INSTRUCTIONS FOR THE TASK: How do the lines below between the ones holding "#13=CARTESIAN_POINT('',(-19.014013,0.,0.));" and "#29=EDGE_CURVE('',#25,#25,#28,.T.);", inclusive, read? Give them again exactly, with no other lines.

DATA UNDER STUDY:
========

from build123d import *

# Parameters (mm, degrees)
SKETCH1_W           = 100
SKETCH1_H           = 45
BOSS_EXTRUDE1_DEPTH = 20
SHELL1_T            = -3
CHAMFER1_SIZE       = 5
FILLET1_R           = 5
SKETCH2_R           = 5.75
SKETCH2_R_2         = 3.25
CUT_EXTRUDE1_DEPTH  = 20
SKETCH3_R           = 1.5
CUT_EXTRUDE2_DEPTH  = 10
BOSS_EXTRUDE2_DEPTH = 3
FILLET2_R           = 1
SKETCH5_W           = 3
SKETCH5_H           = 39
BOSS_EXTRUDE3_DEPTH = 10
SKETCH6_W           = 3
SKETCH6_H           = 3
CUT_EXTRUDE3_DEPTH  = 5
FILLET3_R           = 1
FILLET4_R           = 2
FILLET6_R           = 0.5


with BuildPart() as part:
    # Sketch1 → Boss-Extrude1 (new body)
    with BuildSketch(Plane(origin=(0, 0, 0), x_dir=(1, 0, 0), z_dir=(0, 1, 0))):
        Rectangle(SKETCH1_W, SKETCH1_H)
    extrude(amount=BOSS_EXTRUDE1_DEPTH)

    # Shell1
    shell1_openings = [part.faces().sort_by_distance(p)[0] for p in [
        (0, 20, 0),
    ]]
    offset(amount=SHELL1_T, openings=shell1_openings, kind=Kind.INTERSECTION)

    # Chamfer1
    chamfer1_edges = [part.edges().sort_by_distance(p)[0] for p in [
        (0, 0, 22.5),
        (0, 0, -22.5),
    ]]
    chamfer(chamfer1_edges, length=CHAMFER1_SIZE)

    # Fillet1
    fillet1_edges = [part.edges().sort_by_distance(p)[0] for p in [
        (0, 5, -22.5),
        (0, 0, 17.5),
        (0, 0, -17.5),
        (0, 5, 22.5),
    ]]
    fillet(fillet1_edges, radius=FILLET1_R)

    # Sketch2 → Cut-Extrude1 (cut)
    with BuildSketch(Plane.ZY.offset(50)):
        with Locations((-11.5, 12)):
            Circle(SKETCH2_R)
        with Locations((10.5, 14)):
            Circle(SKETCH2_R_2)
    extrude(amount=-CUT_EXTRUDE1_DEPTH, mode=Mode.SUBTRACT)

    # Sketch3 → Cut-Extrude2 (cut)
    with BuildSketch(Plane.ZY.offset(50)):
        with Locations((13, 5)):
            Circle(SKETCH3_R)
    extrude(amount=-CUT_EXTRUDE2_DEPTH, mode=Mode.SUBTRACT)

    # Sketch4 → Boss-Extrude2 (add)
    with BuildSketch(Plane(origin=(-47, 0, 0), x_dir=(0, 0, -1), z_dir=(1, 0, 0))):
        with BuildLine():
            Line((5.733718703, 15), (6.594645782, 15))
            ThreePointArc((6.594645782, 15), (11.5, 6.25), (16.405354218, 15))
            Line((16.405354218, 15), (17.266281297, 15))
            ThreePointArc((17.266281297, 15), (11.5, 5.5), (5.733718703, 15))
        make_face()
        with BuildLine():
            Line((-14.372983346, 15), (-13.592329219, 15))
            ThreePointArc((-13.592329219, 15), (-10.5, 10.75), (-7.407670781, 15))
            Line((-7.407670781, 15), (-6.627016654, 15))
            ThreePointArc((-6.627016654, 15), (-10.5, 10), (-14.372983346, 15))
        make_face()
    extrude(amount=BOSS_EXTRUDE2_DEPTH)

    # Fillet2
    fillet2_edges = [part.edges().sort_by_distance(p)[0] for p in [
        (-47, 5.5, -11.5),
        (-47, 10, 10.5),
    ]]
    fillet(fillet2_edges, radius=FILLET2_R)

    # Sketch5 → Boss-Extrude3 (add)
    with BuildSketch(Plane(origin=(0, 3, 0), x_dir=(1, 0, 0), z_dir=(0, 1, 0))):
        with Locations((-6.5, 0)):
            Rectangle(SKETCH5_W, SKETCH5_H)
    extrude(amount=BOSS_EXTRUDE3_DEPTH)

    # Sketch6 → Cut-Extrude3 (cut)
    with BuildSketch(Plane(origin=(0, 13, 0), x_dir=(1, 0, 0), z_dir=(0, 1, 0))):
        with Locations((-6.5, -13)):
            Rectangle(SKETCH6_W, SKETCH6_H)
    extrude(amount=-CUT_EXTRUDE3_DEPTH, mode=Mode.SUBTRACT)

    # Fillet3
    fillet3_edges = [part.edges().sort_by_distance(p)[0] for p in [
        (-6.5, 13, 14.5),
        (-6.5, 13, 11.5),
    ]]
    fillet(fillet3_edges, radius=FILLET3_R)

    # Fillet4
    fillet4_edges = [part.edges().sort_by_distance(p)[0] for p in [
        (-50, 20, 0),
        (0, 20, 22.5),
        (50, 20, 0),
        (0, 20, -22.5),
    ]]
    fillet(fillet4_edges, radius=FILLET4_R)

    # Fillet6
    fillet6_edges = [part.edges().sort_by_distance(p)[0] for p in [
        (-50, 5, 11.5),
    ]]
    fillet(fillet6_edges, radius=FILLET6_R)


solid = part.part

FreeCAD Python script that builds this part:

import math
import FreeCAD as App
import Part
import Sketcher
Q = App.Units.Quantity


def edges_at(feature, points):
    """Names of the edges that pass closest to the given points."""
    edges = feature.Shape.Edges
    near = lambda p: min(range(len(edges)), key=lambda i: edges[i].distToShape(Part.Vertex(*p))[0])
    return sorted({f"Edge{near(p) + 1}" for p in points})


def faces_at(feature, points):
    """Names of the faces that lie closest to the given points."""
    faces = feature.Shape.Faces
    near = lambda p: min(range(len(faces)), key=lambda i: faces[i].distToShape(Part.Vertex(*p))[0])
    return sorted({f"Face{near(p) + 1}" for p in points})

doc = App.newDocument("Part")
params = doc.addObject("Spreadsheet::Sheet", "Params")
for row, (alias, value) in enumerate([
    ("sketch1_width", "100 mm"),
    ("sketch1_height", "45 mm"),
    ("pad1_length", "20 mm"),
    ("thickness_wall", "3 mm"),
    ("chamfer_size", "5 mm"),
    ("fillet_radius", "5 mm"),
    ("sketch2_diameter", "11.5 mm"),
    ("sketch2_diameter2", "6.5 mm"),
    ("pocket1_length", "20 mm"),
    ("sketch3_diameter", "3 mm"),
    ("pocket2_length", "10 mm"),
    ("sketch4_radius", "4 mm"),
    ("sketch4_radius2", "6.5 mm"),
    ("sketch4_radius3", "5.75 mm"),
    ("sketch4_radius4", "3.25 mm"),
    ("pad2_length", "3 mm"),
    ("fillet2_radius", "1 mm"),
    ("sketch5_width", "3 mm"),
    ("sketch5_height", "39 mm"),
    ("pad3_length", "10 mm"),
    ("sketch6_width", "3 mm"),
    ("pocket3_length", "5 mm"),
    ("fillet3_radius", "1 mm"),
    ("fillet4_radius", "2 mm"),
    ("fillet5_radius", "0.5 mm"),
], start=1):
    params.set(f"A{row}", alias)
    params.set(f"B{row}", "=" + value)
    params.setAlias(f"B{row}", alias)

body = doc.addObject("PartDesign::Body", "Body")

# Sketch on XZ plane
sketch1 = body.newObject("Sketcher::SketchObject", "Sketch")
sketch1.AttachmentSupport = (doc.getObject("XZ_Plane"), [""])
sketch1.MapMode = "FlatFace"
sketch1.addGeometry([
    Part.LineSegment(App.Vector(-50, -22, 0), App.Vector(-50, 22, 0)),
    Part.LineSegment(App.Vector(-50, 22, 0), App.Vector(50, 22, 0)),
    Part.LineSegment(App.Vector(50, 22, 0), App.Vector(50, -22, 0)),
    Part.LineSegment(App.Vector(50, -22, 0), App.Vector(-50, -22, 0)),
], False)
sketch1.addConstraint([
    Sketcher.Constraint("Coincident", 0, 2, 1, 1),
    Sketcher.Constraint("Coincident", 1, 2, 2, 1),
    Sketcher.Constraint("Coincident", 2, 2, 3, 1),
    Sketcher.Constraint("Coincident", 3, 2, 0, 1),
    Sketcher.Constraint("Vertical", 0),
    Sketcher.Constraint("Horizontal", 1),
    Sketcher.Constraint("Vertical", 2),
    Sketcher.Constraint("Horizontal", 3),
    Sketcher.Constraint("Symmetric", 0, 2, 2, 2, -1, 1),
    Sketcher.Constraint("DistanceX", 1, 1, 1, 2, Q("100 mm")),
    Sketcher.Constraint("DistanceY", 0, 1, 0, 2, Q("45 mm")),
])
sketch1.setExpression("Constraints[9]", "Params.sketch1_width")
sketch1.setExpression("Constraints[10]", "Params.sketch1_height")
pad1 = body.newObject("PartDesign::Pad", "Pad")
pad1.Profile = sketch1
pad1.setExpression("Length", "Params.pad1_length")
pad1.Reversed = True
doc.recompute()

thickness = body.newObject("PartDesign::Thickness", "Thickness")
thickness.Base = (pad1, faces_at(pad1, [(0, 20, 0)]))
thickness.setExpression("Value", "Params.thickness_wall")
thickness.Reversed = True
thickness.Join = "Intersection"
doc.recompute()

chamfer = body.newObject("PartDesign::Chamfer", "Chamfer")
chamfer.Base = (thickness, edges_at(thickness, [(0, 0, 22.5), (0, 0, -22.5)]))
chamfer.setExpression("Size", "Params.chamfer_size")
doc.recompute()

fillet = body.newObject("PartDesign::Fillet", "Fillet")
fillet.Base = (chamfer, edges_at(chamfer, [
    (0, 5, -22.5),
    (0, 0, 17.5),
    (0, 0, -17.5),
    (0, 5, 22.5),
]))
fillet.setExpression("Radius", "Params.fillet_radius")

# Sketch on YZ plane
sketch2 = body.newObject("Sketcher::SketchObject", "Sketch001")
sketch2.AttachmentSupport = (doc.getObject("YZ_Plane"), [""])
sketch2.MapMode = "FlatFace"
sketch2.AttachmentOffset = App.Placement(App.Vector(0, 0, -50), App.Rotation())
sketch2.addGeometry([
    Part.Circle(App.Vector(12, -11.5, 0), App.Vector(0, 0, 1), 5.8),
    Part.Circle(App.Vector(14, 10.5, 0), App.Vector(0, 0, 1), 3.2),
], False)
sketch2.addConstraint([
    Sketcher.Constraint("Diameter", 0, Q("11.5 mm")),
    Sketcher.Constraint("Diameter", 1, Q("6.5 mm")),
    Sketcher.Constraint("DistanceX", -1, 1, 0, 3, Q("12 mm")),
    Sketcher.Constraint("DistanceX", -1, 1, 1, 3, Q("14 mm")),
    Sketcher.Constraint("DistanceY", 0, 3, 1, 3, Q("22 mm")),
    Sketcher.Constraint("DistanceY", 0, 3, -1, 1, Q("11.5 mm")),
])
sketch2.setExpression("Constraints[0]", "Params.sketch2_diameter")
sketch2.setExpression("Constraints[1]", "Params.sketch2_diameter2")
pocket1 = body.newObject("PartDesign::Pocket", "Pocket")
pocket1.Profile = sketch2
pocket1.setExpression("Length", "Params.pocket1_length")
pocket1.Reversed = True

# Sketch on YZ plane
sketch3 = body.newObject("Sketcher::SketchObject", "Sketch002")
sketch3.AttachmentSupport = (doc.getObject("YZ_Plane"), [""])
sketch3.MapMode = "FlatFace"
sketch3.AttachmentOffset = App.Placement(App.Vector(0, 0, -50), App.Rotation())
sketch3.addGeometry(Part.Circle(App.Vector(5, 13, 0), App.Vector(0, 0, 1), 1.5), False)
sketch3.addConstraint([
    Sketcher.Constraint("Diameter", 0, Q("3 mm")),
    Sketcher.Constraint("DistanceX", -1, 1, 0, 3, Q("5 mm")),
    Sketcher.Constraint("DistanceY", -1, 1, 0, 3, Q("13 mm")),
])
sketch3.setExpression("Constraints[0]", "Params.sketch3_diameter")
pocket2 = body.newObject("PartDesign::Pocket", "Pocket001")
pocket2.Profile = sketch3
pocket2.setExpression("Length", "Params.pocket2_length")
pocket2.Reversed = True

========

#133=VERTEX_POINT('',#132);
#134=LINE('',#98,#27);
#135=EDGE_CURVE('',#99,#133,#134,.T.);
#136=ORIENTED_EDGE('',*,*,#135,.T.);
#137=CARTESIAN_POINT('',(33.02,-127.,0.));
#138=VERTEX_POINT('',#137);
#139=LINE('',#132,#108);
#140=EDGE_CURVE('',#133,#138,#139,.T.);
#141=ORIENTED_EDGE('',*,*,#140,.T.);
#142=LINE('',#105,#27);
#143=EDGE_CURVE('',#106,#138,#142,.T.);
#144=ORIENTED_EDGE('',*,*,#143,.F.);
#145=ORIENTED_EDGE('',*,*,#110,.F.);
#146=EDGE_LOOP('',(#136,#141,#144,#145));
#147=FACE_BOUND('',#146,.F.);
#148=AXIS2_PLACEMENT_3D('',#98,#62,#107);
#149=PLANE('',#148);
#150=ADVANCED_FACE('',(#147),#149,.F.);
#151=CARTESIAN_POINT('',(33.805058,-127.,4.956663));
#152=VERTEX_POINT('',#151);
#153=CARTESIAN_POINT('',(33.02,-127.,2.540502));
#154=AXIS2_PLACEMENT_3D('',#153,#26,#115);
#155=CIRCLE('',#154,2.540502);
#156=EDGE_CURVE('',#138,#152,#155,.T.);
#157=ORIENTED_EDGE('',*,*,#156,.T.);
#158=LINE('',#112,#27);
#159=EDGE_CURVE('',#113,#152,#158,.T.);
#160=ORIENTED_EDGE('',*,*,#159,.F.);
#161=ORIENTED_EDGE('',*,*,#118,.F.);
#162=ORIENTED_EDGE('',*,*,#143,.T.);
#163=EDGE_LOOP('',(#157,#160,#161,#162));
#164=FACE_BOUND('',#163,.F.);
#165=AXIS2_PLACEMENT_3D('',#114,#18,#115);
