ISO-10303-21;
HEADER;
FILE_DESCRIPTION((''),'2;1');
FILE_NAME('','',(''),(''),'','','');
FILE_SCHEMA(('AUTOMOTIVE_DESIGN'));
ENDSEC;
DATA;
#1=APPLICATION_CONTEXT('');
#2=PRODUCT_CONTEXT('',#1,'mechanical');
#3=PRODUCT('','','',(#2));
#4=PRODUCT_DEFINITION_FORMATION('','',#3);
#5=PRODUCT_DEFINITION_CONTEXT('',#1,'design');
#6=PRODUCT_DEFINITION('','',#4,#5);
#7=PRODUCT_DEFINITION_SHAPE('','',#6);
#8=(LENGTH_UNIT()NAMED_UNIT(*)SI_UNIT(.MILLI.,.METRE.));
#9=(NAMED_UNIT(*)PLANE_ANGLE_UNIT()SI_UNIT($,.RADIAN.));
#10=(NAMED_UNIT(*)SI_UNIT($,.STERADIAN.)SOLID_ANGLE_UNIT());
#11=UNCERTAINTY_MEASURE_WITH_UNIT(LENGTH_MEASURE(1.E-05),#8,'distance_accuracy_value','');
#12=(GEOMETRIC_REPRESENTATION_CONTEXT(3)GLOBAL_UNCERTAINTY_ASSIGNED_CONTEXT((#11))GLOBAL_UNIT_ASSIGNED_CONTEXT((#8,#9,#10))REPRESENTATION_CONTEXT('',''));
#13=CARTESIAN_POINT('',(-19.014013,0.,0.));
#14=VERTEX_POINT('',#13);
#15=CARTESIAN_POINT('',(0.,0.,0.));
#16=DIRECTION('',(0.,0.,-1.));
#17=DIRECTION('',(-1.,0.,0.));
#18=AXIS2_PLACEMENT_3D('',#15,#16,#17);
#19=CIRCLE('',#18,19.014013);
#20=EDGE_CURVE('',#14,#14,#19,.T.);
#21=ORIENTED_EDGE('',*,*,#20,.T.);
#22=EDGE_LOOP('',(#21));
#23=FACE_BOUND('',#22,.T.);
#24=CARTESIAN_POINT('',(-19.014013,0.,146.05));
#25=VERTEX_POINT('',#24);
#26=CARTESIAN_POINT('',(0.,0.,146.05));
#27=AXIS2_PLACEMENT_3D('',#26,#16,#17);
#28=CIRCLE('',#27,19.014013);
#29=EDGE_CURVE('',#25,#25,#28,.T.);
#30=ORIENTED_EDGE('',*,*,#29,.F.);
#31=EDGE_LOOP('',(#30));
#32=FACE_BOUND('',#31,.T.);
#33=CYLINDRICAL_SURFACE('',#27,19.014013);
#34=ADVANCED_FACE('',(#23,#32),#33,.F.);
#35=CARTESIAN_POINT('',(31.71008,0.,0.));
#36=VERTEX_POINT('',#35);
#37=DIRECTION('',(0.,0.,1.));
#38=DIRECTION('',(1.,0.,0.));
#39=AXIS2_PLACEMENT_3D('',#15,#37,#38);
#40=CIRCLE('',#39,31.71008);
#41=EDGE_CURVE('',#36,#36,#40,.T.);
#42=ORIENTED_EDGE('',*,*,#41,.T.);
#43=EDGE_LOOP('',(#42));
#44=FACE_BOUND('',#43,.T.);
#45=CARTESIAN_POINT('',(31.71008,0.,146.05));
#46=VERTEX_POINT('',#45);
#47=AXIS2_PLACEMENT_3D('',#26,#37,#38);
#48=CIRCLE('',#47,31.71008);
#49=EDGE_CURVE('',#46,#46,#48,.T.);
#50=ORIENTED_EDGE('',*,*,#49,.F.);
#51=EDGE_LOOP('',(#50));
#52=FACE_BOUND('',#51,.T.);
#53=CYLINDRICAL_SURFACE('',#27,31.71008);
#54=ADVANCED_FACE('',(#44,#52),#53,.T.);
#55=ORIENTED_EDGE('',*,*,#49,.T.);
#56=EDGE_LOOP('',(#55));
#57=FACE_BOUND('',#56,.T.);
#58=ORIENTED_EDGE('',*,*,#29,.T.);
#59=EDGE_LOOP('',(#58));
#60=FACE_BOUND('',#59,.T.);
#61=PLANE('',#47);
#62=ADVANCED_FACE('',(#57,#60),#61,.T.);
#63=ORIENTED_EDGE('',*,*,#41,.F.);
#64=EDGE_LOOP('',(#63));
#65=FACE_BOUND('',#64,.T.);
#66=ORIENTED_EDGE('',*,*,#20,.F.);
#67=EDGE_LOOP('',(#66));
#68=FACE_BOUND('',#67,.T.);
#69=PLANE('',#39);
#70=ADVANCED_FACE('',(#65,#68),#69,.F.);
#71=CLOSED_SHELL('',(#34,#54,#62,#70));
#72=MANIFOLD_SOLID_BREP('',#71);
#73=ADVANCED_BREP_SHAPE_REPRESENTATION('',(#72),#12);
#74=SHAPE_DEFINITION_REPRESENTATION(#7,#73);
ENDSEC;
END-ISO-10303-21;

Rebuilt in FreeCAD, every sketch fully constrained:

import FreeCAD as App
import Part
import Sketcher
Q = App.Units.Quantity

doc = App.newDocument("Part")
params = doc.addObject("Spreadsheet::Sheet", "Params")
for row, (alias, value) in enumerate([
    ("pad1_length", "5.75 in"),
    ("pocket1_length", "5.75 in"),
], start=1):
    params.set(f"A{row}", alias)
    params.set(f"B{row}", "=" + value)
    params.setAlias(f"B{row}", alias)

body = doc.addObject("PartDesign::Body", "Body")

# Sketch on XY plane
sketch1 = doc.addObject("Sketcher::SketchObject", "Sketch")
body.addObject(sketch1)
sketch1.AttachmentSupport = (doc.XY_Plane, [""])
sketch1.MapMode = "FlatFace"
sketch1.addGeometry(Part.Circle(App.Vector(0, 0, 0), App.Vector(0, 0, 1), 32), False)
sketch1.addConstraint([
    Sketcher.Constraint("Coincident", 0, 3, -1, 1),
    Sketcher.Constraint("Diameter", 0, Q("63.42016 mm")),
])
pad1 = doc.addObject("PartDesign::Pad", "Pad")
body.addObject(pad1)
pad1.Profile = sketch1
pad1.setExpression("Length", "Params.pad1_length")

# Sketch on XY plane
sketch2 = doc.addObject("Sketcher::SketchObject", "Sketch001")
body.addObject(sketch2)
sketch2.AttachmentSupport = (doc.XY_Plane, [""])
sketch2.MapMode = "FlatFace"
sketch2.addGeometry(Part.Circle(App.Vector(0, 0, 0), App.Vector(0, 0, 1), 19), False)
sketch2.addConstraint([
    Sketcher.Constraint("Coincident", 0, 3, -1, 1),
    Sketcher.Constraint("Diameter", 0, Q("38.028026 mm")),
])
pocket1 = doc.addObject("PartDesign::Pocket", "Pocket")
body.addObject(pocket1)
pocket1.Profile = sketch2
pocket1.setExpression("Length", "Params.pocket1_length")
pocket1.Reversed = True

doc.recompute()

========

EXPECTED ANSWER:
#13=CARTESIAN_POINT('',(-19.014013,0.,0.));
#14=VERTEX_POINT('',#13);
#15=CARTESIAN_POINT('',(0.,0.,0.));
#16=DIRECTION('',(0.,0.,-1.));
#17=DIRECTION('',(-1.,0.,0.));
#18=AXIS2_PLACEMENT_3D('',#15,#16,#17);
#19=CIRCLE('',#18,19.014013);
#20=EDGE_CURVE('',#14,#14,#19,.T.);
#21=ORIENTED_EDGE('',*,*,#20,.T.);
#22=EDGE_LOOP('',(#21));
#23=FACE_BOUND('',#22,.T.);
#24=CARTESIAN_POINT('',(-19.014013,0.,146.05));
#25=VERTEX_POINT('',#24);
#26=CARTESIAN_POINT('',(0.,0.,146.05));
#27=AXIS2_PLACEMENT_3D('',#26,#16,#17);
#28=CIRCLE('',#27,19.014013);
#29=EDGE_CURVE('',#25,#25,#28,.T.);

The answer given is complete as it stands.